Description of the task: One range is to be output from the listing below, exactly as written: the line with "from build123d import *" to the line with "chamfer(chamfer_1_edges, length=CHAMFER_1_SIZE)", both kept.

#####

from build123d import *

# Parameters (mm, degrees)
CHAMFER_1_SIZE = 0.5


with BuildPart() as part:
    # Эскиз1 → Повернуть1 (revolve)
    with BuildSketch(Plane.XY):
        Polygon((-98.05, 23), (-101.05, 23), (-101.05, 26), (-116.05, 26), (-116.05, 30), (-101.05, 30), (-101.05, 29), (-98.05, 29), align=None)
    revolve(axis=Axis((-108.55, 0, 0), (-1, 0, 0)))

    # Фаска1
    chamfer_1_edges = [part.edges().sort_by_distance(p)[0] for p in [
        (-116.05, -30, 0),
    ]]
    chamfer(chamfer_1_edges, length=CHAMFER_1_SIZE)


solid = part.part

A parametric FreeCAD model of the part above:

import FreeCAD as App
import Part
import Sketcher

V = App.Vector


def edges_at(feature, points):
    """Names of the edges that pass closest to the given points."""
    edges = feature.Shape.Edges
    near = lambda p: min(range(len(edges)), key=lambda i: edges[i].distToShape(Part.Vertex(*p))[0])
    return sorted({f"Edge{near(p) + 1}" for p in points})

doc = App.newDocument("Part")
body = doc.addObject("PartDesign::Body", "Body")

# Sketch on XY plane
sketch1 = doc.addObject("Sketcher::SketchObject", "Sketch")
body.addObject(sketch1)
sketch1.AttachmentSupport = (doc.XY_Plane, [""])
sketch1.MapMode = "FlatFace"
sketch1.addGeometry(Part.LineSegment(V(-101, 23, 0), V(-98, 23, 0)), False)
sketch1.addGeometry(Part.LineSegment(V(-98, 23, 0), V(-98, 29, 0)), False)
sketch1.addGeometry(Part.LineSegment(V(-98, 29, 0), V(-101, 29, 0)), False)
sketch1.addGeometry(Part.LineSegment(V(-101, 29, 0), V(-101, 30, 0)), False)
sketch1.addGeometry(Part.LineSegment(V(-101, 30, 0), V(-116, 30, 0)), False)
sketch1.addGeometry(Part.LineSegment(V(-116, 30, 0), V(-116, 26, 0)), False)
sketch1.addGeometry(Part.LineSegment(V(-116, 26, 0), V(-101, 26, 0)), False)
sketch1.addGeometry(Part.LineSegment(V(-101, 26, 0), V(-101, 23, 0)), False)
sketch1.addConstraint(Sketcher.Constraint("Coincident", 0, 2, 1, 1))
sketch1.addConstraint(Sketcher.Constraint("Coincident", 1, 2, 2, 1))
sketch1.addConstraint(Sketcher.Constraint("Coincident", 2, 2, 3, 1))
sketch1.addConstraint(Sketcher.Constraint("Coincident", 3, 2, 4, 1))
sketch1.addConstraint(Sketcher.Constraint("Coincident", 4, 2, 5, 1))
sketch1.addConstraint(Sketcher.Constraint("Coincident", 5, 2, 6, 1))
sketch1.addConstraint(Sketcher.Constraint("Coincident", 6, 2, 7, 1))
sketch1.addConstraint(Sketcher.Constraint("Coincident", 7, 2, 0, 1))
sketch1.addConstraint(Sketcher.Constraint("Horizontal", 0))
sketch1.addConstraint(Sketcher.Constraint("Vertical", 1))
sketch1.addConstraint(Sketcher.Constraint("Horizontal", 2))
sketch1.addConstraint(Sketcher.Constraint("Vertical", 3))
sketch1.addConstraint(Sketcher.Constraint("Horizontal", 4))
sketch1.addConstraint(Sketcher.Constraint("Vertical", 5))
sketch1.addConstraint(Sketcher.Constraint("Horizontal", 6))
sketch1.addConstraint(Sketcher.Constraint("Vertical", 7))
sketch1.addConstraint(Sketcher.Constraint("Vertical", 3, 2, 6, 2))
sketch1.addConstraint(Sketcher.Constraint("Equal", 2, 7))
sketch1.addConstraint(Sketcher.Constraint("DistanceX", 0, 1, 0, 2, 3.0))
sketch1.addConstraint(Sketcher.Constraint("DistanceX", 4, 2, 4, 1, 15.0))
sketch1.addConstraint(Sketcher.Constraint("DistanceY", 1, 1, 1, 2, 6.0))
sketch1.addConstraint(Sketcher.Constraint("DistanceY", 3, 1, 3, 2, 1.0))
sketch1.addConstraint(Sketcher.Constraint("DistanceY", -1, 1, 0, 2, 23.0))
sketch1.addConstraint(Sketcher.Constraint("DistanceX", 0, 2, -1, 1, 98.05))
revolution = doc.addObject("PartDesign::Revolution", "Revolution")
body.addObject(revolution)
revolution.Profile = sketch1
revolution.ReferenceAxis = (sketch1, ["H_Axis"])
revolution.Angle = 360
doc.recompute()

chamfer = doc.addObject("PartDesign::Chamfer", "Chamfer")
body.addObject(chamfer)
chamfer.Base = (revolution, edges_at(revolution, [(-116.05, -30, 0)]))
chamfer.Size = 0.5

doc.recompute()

#####

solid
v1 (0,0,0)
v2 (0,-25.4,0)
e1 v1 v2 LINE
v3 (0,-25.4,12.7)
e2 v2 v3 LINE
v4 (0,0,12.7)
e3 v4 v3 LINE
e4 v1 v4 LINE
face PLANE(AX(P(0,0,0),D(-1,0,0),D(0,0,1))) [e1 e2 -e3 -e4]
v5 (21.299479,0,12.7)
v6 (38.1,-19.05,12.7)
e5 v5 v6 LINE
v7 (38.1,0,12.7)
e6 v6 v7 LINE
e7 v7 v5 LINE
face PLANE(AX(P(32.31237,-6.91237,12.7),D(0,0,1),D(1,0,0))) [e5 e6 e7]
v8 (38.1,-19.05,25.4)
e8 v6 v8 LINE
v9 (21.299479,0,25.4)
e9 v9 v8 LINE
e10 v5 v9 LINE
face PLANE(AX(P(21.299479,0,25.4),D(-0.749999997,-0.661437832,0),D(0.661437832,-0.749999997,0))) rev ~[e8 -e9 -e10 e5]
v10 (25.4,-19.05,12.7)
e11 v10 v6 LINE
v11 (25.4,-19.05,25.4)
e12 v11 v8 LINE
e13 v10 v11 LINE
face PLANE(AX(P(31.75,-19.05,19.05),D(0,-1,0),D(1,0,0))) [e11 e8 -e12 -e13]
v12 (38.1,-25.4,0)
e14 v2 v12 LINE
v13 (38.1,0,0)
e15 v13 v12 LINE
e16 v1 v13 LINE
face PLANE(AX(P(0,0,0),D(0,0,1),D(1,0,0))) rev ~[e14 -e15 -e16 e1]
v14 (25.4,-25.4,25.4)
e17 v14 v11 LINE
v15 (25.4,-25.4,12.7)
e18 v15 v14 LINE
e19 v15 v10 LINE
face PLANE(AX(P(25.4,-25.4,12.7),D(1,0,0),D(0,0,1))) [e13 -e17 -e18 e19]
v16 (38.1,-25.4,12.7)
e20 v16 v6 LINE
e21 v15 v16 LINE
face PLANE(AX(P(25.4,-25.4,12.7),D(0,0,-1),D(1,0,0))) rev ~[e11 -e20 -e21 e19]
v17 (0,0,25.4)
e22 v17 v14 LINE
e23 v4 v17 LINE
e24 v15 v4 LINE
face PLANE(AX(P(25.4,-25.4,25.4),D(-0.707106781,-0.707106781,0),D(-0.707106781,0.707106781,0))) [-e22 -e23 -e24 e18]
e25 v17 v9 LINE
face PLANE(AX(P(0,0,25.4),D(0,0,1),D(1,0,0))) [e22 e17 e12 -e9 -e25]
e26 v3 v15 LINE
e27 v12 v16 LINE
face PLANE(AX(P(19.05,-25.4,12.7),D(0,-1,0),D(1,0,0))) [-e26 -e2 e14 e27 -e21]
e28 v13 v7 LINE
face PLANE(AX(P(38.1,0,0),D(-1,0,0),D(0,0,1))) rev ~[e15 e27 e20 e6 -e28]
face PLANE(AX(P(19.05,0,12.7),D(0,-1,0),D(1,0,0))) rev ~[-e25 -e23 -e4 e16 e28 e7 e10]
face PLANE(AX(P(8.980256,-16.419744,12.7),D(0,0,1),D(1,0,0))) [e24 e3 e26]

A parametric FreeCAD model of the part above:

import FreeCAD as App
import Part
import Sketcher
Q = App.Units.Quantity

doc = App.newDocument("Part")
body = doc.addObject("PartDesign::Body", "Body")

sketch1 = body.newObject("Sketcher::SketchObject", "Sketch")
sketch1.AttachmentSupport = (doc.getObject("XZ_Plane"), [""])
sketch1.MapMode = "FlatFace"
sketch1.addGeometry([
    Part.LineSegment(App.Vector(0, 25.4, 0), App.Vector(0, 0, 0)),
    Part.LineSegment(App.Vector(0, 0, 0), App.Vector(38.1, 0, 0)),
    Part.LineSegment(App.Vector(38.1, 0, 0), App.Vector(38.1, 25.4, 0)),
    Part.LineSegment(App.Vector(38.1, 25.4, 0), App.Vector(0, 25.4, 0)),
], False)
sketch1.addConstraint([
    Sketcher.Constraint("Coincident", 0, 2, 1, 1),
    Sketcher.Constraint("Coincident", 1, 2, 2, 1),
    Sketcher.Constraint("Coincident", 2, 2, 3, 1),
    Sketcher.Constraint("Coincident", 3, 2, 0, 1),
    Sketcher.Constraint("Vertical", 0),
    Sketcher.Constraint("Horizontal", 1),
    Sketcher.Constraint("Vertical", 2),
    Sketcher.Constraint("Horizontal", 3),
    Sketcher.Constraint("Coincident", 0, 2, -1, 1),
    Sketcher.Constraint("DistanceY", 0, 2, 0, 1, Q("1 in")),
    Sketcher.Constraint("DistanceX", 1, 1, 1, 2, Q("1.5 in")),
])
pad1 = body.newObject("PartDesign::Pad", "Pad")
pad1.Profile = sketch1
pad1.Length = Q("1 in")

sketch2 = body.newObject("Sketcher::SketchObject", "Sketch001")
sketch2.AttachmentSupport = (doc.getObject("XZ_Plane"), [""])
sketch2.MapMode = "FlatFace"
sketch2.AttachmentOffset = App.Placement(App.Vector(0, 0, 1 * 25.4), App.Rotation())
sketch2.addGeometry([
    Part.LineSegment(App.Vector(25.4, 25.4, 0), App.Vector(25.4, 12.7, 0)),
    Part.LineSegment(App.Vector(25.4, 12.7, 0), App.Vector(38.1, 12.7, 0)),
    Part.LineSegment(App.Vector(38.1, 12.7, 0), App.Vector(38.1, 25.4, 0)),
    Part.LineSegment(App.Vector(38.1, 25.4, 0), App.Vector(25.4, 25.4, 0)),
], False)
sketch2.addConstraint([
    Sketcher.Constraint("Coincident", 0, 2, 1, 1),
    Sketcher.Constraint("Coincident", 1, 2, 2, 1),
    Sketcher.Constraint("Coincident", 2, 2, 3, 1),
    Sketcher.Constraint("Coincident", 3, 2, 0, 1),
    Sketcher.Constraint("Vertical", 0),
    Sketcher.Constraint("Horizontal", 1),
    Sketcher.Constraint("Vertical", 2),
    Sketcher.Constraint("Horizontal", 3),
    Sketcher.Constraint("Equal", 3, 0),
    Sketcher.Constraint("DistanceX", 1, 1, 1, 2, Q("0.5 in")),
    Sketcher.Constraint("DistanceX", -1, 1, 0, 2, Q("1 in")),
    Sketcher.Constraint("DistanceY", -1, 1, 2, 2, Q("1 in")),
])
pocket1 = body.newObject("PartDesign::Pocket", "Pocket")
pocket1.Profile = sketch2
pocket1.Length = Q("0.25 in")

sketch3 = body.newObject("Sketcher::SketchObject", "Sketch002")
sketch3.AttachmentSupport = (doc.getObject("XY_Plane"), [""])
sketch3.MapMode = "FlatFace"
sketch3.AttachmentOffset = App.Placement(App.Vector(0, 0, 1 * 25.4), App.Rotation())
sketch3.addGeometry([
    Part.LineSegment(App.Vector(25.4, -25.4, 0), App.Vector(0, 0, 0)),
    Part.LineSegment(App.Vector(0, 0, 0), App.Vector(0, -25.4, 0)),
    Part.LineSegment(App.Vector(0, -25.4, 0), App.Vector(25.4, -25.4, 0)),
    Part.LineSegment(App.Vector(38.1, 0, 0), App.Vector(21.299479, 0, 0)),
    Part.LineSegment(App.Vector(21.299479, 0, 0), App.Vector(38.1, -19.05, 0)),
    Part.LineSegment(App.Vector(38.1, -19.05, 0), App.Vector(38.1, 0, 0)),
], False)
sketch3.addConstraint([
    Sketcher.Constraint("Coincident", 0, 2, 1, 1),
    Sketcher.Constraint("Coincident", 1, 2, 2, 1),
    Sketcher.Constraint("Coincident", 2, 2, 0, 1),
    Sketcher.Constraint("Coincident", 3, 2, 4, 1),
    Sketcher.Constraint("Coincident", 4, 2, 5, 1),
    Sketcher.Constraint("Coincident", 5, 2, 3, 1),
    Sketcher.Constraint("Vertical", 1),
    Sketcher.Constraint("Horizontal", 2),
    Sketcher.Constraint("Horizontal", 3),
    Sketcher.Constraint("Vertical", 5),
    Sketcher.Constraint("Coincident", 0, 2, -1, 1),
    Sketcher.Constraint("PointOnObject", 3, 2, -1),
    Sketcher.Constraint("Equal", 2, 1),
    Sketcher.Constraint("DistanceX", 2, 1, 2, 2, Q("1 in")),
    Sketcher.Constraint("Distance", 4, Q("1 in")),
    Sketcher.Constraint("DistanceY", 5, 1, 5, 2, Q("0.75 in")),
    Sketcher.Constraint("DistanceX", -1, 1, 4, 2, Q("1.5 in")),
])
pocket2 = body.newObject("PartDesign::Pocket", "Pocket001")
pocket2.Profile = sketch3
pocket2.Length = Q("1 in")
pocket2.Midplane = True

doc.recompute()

#####

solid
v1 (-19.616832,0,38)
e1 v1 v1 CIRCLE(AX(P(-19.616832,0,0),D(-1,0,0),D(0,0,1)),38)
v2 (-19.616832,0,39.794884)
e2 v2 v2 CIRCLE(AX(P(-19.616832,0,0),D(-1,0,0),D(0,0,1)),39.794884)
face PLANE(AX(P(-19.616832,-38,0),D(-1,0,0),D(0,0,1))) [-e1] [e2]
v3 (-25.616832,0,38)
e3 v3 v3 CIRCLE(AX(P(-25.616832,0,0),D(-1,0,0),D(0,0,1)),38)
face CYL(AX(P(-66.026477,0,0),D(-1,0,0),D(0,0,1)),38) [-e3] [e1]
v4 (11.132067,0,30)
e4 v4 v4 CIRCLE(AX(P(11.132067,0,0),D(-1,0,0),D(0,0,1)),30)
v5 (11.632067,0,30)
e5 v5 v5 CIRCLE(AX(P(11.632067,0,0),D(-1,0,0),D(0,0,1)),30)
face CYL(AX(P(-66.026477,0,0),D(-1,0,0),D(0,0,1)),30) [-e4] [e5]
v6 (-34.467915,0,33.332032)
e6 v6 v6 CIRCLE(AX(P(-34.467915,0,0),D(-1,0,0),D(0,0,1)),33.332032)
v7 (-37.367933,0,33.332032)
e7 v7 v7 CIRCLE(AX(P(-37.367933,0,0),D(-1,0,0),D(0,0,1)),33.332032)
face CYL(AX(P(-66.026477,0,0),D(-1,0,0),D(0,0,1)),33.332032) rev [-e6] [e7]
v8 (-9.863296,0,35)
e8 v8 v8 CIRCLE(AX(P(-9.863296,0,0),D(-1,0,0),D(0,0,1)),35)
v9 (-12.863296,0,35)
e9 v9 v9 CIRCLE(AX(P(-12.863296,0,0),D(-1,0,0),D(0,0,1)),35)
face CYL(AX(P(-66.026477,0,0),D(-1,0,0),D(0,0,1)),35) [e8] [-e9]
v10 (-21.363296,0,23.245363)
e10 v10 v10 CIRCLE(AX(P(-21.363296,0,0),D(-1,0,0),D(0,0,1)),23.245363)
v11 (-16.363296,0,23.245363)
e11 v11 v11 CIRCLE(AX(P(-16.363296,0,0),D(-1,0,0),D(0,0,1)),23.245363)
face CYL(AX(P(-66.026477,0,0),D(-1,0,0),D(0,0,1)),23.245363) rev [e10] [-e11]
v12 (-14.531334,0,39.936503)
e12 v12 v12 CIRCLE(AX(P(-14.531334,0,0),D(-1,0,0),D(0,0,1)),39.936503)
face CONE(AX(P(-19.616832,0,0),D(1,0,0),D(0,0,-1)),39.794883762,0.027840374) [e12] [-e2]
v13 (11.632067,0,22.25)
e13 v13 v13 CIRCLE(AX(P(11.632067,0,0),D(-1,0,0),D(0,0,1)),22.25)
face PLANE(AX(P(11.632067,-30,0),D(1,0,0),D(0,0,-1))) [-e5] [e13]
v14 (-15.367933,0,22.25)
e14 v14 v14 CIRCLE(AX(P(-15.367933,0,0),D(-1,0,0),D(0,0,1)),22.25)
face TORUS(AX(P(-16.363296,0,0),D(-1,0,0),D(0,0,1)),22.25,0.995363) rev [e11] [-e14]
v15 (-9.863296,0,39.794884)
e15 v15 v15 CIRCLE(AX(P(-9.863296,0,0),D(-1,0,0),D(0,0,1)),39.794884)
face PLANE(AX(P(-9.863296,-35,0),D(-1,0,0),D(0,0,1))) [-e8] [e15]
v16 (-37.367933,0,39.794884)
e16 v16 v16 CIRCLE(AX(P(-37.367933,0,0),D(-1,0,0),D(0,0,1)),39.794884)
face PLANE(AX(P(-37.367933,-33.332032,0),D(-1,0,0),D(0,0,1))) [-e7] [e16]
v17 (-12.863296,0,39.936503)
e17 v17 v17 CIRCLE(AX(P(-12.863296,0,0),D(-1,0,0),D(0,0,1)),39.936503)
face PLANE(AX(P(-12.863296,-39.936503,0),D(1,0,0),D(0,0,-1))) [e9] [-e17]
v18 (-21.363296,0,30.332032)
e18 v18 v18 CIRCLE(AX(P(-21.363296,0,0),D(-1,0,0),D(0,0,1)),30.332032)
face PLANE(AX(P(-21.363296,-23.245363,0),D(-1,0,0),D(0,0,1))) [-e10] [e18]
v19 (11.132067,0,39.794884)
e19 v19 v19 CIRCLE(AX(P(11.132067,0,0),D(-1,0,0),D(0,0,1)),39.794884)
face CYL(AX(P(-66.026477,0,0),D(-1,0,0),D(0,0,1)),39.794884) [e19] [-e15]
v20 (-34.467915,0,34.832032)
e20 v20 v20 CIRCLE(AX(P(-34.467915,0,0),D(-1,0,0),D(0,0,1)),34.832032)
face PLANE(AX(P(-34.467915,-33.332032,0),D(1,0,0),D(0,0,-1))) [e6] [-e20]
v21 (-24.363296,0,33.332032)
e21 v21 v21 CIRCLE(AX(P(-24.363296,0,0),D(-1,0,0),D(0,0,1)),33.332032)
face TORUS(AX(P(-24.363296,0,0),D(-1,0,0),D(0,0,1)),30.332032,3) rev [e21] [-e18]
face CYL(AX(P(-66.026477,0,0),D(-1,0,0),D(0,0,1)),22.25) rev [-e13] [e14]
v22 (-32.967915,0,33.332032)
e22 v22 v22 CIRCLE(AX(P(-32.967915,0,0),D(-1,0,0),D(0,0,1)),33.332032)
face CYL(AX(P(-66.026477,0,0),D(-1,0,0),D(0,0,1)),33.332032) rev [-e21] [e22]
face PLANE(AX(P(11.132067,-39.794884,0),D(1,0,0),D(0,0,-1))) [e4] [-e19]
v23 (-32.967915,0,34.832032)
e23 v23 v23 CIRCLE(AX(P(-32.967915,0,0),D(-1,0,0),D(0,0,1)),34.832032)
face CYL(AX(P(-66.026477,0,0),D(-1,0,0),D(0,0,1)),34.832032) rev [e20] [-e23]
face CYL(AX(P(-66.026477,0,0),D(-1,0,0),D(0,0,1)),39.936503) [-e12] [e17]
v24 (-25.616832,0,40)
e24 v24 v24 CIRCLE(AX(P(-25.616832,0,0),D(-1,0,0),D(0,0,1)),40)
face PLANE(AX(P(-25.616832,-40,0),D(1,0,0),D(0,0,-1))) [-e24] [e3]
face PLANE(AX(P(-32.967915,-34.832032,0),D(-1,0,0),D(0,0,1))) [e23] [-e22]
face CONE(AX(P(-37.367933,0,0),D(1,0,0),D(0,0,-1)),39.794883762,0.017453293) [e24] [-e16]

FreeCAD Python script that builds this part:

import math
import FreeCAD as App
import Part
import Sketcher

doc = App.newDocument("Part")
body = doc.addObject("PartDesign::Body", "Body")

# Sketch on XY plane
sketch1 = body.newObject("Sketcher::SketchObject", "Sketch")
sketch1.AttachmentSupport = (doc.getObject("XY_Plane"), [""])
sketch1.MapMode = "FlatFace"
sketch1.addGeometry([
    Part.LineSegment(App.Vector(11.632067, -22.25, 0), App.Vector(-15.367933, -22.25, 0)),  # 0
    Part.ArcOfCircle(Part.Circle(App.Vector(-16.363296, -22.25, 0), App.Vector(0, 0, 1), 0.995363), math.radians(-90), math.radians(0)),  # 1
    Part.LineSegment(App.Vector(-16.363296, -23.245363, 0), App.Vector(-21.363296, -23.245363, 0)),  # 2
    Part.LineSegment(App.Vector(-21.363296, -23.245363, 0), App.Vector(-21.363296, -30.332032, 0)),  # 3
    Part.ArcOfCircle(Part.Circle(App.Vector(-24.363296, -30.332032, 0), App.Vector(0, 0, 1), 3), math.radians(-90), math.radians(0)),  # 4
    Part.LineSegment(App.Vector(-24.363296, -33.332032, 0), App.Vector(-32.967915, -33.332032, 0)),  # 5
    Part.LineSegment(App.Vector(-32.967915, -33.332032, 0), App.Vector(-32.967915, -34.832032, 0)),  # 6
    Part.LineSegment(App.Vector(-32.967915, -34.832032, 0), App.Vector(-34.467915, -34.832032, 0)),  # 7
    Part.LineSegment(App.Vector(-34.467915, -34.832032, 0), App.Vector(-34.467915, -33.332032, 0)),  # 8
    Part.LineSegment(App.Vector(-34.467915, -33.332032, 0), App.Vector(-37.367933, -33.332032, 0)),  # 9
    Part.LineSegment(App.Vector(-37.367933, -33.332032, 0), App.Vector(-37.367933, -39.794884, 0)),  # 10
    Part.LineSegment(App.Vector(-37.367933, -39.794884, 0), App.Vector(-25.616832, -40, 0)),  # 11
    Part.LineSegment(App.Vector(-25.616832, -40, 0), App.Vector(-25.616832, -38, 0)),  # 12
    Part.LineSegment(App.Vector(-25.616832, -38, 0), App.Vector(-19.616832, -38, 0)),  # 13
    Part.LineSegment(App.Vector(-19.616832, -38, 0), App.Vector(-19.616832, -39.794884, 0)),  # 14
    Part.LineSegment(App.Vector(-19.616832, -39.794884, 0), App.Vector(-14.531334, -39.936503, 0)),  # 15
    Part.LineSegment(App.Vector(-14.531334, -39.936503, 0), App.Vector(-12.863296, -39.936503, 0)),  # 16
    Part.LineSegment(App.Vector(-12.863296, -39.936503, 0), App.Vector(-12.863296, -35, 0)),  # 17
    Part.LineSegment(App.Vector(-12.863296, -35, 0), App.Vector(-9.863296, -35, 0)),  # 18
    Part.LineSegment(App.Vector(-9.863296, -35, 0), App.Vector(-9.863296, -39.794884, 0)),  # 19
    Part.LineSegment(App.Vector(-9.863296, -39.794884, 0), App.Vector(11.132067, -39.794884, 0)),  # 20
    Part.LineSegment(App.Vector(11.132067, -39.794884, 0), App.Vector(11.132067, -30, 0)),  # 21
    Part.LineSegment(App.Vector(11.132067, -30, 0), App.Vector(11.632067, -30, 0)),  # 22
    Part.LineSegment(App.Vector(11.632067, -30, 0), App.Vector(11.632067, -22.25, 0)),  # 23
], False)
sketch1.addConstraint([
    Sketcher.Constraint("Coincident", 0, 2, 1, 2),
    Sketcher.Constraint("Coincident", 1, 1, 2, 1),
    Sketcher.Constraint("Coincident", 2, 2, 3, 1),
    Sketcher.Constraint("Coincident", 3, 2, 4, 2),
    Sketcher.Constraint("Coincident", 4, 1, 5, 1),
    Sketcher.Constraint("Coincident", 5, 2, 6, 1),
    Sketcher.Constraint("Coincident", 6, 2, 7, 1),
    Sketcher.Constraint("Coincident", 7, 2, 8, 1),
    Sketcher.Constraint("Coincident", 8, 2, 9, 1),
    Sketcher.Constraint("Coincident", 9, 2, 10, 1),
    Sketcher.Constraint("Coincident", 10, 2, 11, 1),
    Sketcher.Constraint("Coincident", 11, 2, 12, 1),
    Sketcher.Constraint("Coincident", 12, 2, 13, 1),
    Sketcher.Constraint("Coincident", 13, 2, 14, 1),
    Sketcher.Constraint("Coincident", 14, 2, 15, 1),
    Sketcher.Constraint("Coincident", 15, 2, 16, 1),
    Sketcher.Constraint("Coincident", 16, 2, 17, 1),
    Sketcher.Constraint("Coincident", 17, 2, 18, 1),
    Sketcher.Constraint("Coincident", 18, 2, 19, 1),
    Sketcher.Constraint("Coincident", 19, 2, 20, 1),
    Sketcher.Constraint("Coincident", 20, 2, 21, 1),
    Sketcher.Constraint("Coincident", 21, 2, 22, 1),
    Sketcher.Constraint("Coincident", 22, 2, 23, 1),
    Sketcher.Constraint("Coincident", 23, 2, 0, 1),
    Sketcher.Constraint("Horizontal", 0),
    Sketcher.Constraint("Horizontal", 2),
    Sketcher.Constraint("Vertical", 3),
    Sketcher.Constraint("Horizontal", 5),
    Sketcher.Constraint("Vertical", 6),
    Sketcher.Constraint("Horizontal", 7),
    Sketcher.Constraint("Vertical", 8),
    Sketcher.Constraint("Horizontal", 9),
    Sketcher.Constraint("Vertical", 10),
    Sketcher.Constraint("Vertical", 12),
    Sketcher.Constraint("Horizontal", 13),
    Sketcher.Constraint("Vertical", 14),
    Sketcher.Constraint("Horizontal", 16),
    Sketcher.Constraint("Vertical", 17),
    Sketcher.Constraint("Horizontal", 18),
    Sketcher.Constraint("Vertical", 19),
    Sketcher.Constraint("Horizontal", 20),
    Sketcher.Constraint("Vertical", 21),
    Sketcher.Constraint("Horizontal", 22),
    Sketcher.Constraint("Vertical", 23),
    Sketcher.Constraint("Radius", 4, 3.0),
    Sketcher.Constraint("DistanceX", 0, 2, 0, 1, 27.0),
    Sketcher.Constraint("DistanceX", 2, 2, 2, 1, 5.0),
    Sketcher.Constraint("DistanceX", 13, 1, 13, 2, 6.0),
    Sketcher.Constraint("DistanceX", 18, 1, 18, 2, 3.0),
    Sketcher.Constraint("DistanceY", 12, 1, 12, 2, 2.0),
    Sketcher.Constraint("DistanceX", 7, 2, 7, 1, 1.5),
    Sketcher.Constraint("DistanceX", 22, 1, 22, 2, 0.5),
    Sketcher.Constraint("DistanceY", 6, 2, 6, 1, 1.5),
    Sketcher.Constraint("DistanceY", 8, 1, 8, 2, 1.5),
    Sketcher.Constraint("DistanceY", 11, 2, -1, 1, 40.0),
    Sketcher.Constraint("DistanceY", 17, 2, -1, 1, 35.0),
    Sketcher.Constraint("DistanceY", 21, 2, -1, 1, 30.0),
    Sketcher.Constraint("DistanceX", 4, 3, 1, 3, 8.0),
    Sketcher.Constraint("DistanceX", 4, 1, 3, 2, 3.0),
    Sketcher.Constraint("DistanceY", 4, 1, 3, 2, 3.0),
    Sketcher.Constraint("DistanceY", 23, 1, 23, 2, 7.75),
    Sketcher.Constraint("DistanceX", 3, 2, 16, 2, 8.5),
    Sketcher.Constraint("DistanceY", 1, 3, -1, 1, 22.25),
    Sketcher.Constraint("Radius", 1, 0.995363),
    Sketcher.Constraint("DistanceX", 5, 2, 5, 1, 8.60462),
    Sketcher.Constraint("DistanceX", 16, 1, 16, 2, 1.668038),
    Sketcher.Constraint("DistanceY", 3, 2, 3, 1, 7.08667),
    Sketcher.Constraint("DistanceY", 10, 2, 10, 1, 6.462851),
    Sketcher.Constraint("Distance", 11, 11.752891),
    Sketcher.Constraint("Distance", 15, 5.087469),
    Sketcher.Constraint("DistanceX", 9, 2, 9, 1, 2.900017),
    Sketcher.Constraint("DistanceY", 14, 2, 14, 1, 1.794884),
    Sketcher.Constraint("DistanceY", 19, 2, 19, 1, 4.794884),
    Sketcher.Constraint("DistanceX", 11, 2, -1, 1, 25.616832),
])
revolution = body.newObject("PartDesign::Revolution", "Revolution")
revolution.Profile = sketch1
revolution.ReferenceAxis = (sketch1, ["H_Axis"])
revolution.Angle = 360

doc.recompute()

#####

Task solution:
from build123d import *

# Parameters (mm, degrees)
CHAMFER_1_SIZE = 0.5


with BuildPart() as part:
    # Эскиз1 → Повернуть1 (revolve)
    with BuildSketch(Plane.XY):
        Polygon((-98.05, 23), (-101.05, 23), (-101.05, 26), (-116.05, 26), (-116.05, 30), (-101.05, 30), (-101.05, 29), (-98.05, 29), align=None)
    revolve(axis=Axis((-108.55, 0, 0), (-1, 0, 0)))

    # Фаска1
    chamfer_1_edges = [part.edges().sort_by_distance(p)[0] for p in [
        (-116.05, -30, 0),
    ]]
    chamfer(chamfer_1_edges, length=CHAMFER_1_SIZE)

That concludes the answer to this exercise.